Life is a complete scramble right now. It’s not just the mad rush to cram lunch in my kids’ faces and pack Colum a snack and get everybody out the door in time to catch the school bus every single day. It’s not just the trying to get a six year old out of a wet bathing suit with a screaming baby and a three year old running laps around the change room. It’s not just juggling t-ball practices and games and two different swimming lessons  with dinner prep and dirty diapers. It’s not just getting them dressed and undressed and bathed and maybe even squeezing in time for a shower myself.

That’s just my baseline scramble. That stuff is expected.

It’s also the laundry and the dishes and the toys and the games and the snippets of paper and all the freaking STUFF that I can’t keep at bay. It’s the papers from school piling up on the kitchen counter and the dry erase calendar that’s been scribbled over. It’s the doctor’s appointments and birthday parties to attend and to throw and the countless other events and obligations I can no longer keep in my head. It’s the pantry jammed full of food stuff in no particular order despite my best intentions to keep it organized. Ditto for the fridge. And the linen closet. And all the closets and drawers, really. It’s the cleaning and weeding and planting and mulching and all kinds of other gardening-type stuff I’m still learning about.
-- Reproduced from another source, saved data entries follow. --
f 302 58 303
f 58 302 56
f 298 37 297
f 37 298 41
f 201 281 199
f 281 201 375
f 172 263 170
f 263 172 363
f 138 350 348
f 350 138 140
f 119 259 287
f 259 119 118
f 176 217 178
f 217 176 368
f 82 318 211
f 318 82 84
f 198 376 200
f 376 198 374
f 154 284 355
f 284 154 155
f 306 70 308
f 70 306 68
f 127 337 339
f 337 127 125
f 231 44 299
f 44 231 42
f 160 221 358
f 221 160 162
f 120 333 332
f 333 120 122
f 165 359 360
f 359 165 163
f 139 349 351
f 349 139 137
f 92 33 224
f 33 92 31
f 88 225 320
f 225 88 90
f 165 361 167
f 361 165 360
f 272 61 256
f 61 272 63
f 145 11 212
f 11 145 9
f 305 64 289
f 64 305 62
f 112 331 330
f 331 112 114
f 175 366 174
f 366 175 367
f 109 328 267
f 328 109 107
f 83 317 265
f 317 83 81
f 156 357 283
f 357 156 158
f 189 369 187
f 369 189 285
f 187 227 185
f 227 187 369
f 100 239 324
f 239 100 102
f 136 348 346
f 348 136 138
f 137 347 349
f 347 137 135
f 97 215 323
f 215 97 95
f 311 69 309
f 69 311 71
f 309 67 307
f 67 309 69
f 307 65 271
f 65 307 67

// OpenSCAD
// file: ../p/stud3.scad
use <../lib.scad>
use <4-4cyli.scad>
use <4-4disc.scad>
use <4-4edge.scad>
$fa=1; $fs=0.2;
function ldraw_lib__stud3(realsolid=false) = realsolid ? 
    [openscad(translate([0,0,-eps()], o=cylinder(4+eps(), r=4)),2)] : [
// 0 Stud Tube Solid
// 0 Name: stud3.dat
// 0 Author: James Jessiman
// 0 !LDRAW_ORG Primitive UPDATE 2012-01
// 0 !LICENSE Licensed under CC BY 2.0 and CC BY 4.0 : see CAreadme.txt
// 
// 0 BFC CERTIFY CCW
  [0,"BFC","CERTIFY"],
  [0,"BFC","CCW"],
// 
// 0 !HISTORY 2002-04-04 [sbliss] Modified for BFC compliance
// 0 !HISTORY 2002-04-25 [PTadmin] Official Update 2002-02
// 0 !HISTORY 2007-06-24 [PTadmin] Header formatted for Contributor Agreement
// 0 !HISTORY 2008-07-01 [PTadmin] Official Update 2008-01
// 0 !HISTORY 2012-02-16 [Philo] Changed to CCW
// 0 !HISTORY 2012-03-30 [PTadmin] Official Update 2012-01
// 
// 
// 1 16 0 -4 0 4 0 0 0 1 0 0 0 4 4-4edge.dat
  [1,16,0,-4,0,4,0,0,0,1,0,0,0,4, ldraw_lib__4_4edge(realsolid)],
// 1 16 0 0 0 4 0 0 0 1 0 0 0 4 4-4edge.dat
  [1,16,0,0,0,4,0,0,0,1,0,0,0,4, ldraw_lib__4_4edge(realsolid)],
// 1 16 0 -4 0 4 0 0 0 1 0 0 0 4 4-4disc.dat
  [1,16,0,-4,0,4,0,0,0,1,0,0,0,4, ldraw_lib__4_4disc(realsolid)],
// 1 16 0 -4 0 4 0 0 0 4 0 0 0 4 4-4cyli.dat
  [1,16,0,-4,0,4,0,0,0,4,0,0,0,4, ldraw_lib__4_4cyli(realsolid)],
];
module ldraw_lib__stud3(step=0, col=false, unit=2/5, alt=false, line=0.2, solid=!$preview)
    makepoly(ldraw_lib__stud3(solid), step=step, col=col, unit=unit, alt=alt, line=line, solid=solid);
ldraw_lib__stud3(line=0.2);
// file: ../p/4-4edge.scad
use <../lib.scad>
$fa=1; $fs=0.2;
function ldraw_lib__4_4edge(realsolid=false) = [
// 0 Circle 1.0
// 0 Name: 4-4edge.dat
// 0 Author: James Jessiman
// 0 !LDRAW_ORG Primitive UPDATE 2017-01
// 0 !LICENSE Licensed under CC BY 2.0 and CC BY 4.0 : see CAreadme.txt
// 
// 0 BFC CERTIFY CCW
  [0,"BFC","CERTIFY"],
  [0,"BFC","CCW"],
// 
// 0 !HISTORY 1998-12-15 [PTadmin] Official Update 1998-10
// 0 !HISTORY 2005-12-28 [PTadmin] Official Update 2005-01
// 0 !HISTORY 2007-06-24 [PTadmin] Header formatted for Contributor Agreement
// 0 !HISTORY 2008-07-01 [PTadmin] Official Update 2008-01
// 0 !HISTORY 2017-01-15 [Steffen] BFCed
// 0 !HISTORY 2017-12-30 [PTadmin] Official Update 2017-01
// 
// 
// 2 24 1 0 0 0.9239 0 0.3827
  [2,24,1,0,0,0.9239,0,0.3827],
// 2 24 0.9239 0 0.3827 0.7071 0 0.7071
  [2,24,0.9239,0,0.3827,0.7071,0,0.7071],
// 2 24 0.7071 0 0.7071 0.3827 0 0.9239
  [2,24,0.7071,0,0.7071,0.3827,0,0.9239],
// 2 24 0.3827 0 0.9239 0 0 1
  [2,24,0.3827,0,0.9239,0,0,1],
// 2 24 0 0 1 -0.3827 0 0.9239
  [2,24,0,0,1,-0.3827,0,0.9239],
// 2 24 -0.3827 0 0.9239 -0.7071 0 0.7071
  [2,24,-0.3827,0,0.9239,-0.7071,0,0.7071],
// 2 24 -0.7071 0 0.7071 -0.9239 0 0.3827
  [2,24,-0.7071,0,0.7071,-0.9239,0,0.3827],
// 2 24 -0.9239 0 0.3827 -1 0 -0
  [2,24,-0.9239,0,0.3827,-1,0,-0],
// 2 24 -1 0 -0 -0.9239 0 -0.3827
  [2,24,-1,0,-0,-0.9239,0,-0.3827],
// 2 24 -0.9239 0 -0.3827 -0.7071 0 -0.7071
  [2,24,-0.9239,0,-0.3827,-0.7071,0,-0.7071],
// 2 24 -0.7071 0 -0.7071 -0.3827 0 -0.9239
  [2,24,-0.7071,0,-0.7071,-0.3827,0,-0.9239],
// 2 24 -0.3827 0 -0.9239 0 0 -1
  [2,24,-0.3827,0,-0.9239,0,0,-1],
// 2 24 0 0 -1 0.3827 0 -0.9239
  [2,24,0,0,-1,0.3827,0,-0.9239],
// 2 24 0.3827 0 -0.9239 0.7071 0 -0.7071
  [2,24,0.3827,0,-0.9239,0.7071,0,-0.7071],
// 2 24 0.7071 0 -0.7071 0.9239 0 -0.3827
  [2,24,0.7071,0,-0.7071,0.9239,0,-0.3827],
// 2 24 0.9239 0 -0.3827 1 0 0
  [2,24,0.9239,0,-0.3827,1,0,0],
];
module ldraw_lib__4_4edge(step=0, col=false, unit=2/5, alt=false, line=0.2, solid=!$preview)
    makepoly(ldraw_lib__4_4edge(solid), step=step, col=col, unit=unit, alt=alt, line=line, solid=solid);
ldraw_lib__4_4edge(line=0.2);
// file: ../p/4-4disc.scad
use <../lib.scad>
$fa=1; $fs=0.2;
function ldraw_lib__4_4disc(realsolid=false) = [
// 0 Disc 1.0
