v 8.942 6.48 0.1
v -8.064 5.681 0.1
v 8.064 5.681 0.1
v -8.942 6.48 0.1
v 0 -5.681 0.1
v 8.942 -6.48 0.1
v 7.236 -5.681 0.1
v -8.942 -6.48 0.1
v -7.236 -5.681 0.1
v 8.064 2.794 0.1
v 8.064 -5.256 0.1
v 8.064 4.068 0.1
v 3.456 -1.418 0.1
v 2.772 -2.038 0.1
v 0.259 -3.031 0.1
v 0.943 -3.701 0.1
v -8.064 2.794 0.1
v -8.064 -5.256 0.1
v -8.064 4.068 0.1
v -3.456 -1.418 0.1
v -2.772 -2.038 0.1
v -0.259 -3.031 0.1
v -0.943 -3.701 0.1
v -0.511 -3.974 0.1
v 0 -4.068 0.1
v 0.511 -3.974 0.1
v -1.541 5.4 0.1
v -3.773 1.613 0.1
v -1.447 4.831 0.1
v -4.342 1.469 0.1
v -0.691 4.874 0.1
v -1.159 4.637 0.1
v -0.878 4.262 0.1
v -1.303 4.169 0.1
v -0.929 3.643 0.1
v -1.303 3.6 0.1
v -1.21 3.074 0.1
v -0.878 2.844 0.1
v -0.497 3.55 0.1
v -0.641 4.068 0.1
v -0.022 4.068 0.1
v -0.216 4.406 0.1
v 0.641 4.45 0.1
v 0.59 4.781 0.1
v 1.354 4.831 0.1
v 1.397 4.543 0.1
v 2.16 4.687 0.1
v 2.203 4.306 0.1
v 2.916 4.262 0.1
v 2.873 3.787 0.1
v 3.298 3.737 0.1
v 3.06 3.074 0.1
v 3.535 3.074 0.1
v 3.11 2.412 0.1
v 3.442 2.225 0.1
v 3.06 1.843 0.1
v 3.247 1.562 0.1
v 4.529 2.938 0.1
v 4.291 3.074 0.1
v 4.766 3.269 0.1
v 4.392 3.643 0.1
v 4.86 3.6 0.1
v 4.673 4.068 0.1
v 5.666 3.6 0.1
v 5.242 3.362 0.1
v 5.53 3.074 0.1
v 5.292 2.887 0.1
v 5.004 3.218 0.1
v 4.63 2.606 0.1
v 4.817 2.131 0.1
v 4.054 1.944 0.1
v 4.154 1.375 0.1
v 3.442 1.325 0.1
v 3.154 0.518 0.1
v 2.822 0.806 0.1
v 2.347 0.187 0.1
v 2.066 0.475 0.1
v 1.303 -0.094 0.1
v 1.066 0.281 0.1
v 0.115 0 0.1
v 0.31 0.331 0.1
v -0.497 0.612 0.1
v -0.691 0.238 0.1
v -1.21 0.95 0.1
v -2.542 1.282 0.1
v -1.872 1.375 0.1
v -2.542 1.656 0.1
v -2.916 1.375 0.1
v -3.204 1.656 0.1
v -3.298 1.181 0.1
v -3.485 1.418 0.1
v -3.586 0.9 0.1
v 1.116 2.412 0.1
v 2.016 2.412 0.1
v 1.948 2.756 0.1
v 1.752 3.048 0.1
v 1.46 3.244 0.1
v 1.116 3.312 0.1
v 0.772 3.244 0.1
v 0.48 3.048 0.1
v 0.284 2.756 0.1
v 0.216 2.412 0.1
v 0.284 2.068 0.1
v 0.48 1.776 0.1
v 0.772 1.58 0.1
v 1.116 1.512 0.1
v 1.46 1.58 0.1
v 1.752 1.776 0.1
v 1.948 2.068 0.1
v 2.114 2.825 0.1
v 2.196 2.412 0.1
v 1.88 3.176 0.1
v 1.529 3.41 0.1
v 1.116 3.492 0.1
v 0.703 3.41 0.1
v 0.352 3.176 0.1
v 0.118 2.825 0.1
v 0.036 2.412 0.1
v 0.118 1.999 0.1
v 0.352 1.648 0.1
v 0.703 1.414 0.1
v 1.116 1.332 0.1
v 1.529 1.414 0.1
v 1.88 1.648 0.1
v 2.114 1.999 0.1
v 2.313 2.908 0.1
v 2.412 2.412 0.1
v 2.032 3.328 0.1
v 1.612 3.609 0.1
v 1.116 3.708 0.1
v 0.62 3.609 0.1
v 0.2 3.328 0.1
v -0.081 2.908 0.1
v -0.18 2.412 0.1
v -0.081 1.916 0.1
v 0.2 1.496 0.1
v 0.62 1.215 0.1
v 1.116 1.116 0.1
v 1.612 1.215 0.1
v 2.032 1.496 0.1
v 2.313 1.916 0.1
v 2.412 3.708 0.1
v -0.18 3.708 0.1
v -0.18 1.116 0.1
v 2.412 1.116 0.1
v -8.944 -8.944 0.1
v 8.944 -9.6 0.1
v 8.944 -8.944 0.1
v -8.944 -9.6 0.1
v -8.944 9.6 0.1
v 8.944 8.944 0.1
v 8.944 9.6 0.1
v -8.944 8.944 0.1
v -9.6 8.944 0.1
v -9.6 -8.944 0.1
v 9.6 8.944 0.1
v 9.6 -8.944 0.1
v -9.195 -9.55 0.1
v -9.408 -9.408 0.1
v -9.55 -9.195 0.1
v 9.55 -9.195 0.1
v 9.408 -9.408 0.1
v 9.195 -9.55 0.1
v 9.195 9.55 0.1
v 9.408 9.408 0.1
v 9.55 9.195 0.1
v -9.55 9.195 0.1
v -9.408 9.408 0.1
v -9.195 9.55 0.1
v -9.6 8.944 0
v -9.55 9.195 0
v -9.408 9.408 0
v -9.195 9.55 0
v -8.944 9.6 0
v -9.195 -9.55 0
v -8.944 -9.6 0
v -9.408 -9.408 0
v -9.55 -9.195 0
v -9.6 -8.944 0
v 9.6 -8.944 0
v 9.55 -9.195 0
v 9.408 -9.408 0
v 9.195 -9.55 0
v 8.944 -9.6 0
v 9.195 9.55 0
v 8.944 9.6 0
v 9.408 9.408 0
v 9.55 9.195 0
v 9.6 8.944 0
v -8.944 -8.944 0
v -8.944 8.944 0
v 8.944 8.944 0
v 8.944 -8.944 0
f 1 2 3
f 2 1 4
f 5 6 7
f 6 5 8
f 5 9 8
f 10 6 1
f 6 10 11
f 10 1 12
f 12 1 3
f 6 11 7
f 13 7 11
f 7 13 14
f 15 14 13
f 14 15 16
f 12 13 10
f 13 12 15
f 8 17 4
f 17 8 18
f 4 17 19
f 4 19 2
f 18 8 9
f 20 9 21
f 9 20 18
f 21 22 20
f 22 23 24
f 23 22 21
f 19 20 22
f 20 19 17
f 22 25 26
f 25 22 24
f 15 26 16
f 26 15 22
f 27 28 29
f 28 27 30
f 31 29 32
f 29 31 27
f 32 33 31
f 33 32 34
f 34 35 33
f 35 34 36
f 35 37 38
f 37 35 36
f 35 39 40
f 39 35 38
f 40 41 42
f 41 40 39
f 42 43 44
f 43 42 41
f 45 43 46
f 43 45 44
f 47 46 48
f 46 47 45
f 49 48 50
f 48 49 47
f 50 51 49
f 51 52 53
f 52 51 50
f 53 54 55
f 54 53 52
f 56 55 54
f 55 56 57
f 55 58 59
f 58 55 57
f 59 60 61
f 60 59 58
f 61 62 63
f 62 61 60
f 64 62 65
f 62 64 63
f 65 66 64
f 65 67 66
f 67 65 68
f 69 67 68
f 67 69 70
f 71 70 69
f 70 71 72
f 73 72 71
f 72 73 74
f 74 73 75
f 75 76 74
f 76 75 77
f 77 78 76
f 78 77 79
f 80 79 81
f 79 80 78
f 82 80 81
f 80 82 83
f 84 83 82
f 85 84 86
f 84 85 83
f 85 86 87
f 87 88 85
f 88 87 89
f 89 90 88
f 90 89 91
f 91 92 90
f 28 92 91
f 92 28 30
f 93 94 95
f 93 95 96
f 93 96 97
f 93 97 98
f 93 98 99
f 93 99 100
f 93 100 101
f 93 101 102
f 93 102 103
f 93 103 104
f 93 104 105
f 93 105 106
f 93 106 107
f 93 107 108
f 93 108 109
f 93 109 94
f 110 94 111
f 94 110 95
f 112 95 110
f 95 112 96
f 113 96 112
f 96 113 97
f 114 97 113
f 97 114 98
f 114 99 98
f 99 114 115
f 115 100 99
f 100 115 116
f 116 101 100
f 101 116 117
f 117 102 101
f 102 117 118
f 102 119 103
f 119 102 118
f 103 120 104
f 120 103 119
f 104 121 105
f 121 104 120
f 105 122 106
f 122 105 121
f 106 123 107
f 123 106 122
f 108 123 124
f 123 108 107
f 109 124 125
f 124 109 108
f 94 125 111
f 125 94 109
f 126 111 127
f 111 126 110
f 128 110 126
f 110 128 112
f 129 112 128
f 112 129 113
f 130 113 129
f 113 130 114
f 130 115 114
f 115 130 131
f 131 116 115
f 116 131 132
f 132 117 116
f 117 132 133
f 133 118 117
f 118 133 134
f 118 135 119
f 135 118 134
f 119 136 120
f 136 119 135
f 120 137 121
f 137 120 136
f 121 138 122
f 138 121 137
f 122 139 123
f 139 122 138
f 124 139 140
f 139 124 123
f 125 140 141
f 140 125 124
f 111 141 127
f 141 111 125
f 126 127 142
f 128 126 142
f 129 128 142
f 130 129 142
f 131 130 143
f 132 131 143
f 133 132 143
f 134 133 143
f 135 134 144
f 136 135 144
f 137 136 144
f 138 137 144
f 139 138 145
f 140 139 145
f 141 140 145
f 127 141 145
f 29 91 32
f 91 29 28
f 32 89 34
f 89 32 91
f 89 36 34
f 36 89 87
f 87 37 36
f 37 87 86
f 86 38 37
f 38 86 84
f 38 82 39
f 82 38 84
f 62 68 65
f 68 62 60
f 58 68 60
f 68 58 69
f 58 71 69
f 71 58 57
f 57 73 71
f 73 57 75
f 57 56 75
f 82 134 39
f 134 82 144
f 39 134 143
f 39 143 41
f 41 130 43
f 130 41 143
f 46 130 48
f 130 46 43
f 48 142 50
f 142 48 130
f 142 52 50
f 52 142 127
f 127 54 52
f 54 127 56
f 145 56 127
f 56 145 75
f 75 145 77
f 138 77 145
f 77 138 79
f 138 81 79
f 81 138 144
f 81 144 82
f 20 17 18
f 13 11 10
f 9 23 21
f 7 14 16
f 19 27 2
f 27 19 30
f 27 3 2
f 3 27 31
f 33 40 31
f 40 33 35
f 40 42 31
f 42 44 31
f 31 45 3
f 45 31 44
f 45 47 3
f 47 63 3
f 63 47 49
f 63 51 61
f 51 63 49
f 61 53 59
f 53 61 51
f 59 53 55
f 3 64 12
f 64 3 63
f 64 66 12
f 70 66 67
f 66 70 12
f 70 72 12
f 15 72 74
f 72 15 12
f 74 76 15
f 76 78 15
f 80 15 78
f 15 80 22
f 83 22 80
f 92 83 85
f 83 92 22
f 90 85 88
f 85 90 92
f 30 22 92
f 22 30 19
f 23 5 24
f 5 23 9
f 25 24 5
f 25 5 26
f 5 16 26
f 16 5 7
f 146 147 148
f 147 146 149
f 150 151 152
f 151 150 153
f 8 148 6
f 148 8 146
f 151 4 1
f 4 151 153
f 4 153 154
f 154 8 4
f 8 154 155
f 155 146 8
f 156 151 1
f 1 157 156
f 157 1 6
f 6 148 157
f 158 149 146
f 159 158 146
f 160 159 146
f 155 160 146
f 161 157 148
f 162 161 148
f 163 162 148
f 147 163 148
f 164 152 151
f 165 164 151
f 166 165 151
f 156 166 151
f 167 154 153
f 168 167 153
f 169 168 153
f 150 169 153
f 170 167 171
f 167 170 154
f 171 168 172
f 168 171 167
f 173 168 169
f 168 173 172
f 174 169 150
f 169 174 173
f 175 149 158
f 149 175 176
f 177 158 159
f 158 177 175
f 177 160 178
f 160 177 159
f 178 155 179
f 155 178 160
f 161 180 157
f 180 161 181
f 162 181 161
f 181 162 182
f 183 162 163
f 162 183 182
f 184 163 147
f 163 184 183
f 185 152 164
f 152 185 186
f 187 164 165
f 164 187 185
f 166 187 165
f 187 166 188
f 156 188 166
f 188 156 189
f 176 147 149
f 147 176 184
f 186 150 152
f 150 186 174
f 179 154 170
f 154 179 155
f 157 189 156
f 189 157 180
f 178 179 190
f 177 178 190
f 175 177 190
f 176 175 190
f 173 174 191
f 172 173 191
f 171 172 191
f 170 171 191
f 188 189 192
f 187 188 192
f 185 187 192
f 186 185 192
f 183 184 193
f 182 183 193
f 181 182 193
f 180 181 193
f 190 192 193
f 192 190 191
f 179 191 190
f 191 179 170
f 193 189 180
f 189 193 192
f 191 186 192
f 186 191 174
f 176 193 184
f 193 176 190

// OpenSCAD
// file: ../p/4-4ring5.scad
use <../lib.scad>
function ldraw_lib__4_4ring5() = [
// 0 Ring  5 x 1.0
// 0 Name: 4-4ring5.dat
// 0 Author: Mark Kennedy [mkennedy]
// 0 !LDRAW_ORG Primitive UPDATE 2012-01
// 0 !LICENSE Licensed under CC BY 2.0 and CC BY 4.0 : see CAreadme.txt
// 
// 0 BFC CERTIFY CCW
  [0,"BFC","CERTIFY"],
  [0,"BFC","CCW"],
// 
// 0 !HISTORY 2001-10-23 [pneaster] resequenced quads, corrected winding.
// 0 !HISTORY 2001-12-29 [pneaster] Added BFC.
// 0 !HISTORY 2002-04-25 [PTadmin] Official Update 2002-02
// 0 !HISTORY 2007-06-24 [PTadmin] Header formatted for Contributor Agreement
// 0 !HISTORY 2008-07-01 [PTadmin] Official Update 2008-01
// 0 !HISTORY 2012-02-16 [Philo] Changed to CCW
// 0 !HISTORY 2012-03-30 [PTadmin] Official Update 2012-01
// 
// 
// 4 16 6 0 0 5.5433 0 2.2961 4.6195 0 1.9135 5 0 0
  [4,16,6,0,0,5.5433,0,2.2961,4.6195,0,1.9135,5,0,0],
// 4 16 5.5433 0 2.2961 4.2426 0 4.2426 3.5355 0 3.5355 4.6195 0 1.9135
  [4,16,5.5433,0,2.2961,4.2426,0,4.2426,3.5355,0,3.5355,4.6195,0,1.9135],
// 4 16 4.2426 0 4.2426 2.2961 0 5.5433 1.9135 0 4.6195 3.5355 0 3.5355
  [4,16,4.2426,0,4.2426,2.2961,0,5.5433,1.9135,0,4.6195,3.5355,0,3.5355],
// 4 16 2.2961 0 5.5433 0 0 6 0 0 5 1.9135 0 4.6195
  [4,16,2.2961,0,5.5433,0,0,6,0,0,5,1.9135,0,4.6195],
// 4 16 0 0 6 -2.2961 0 5.5433 -1.9135 0 4.6195 0 0 5
  [4,16,0,0,6,-2.2961,0,5.5433,-1.9135,0,4.6195,0,0,5],
// 4 16 -2.2961 0 5.5433 -4.2426 0 4.2426 -3.5355 0 3.5355 -1.9135 0 4.6195
  [4,16,-2.2961,0,5.5433,-4.2426,0,4.2426,-3.5355,0,3.5355,-1.9135,0,4.6195],
// 4 16 -4.2426 0 4.2426 -5.5433 0 2.2961 -4.6195 0 1.9135 -3.5355 0 3.5355
  [4,16,-4.2426,0,4.2426,-5.5433,0,2.2961,-4.6195,0,1.9135,-3.5355,0,3.5355],
// 4 16 -5.5433 0 2.2961 -6 0 0 -5 0 0 -4.6195 0 1.9135
  [4,16,-5.5433,0,2.2961,-6,0,0,-5,0,0,-4.6195,0,1.9135],
// 4 16 -6 0 0 -5.5433 0 -2.2961 -4.6195 0 -1.9135 -5 0 0
  [4,16,-6,0,0,-5.5433,0,-2.2961,-4.6195,0,-1.9135,-5,0,0],
// 4 16 -5.5433 0 -2.2961 -4.2426 0 -4.2426 -3.5355 0 -3.5355 -4.6195 0 -1.9135
  [4,16,-5.5433,0,-2.2961,-4.2426,0,-4.2426,-3.5355,0,-3.5355,-4.6195,0,-1.9135],
// 4 16 -4.2426 0 -4.2426 -2.2961 0 -5.5433 -1.9135 0 -4.6195 -3.5355 0 -3.5355
  [4,16,-4.2426,0,-4.2426,-2.2961,0,-5.5433,-1.9135,0,-4.6195,-3.5355,0,-3.5355],
// 4 16 -2.2961 0 -5.5433 0 0 -6 0 0 -5 -1.9135 0 -4.6195
  [4,16,-2.2961,0,-5.5433,0,0,-6,0,0,-5,-1.9135,0,-4.6195],
// 4 16 0 0 -6 2.2961 0 -5.5433 1.9135 0 -4.6195 0 0 -5
  [4,16,0,0,-6,2.2961,0,-5.5433,1.9135,0,-4.6195,0,0,-5],
// 4 16 2.2961 0 -5.5433 4.2426 0 -4.2426 3.5355 0 -3.5355 1.9135 0 -4.6195
  [4,16,2.2961,0,-5.5433,4.2426,0,-4.2426,3.5355,0,-3.5355,1.9135,0,-4.6195],
// 4 16 4.2426 0 -4.2426 5.5433 0 -2.2961 4.6195 0 -1.9135 3.5355 0 -3.5355
  [4,16,4.2426,0,-4.2426,5.5433,0,-2.2961,4.6195,0,-1.9135,3.5355,0,-3.5355],
// 4 16 5.5433 0 -2.2961 6 0 0 5 0 0 4.6195 0 -1.9135
  [4,16,5.5433,0,-2.2961,6,0,0,5,0,0,4.6195,0,-1.9135],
It’s also this blog and the other writing I should be doing. In any given moment I have SO MUCH to do that I am paralyzed with indecision. If Mary’s napping for an hour what can I really get accomplished? A blog post? Maybe, if it’s crappy, and if I don’t also check in with Twitter and Facebook and G+ and Pinterest and my email and my other email. I’ll start to unload the dishwasher and then put some clothes in the dryer and then get Irene a snack and then start to pick up the toys in the living room and then quickly check my email … and somehow nothing gets done.

And that is the hardest part of parenting for me. The doing nothing. We go to the park and they play and maybe I play too or chat with another parent and, really, I’m doing nothing. It’s just so much waiting around. Waiting for swimming and t-ball and the school bus. Waiting for bedtime.

I know, intellectually, that’s it’s not doing nothing. I know that in those gaps, those moments of waiting and doing nothing, the best parts of parenting happen. Just being there, watching the t-ball game. Reading to Irene and Mary while we wait. Playing ball with the kids. Walking places! We do our best talking when we’re walking and driving places. It’s just so hard to be in that moment when I’m constantly rifling through a never-ending To Do list in my head. It feels like I’m doing nothing and I don’t have time for nothing!

I also know that this is magnified tenfold by the baby. So much of our at-home time is spent caring for an increasingly mobile and demanding baby. The half hour here, the twenty minutes there that I used to spend cleaning the kitchen, prepping dinner, folding laundry or even reading a magazine are no longer sufficient. Or, rather, I just don’t get those twenty or thirty uninterrupted minutes anymore. So what could be, should be and used to be a twenty minute job now takes an hour if it gets done at all. And then the sheer volume of chores and tasks and work to be done during naps and at night is just too much.

But babies grow up. In the blink of an eye Mary will be walking and talking and I will miss this babyhood. So this too shall pass and I shouldn’t wish it away before its time.

In the meantime, I need discipline and schedules and routines that work. I need organization. Please help a girl out. What are your best tips for organizing your time?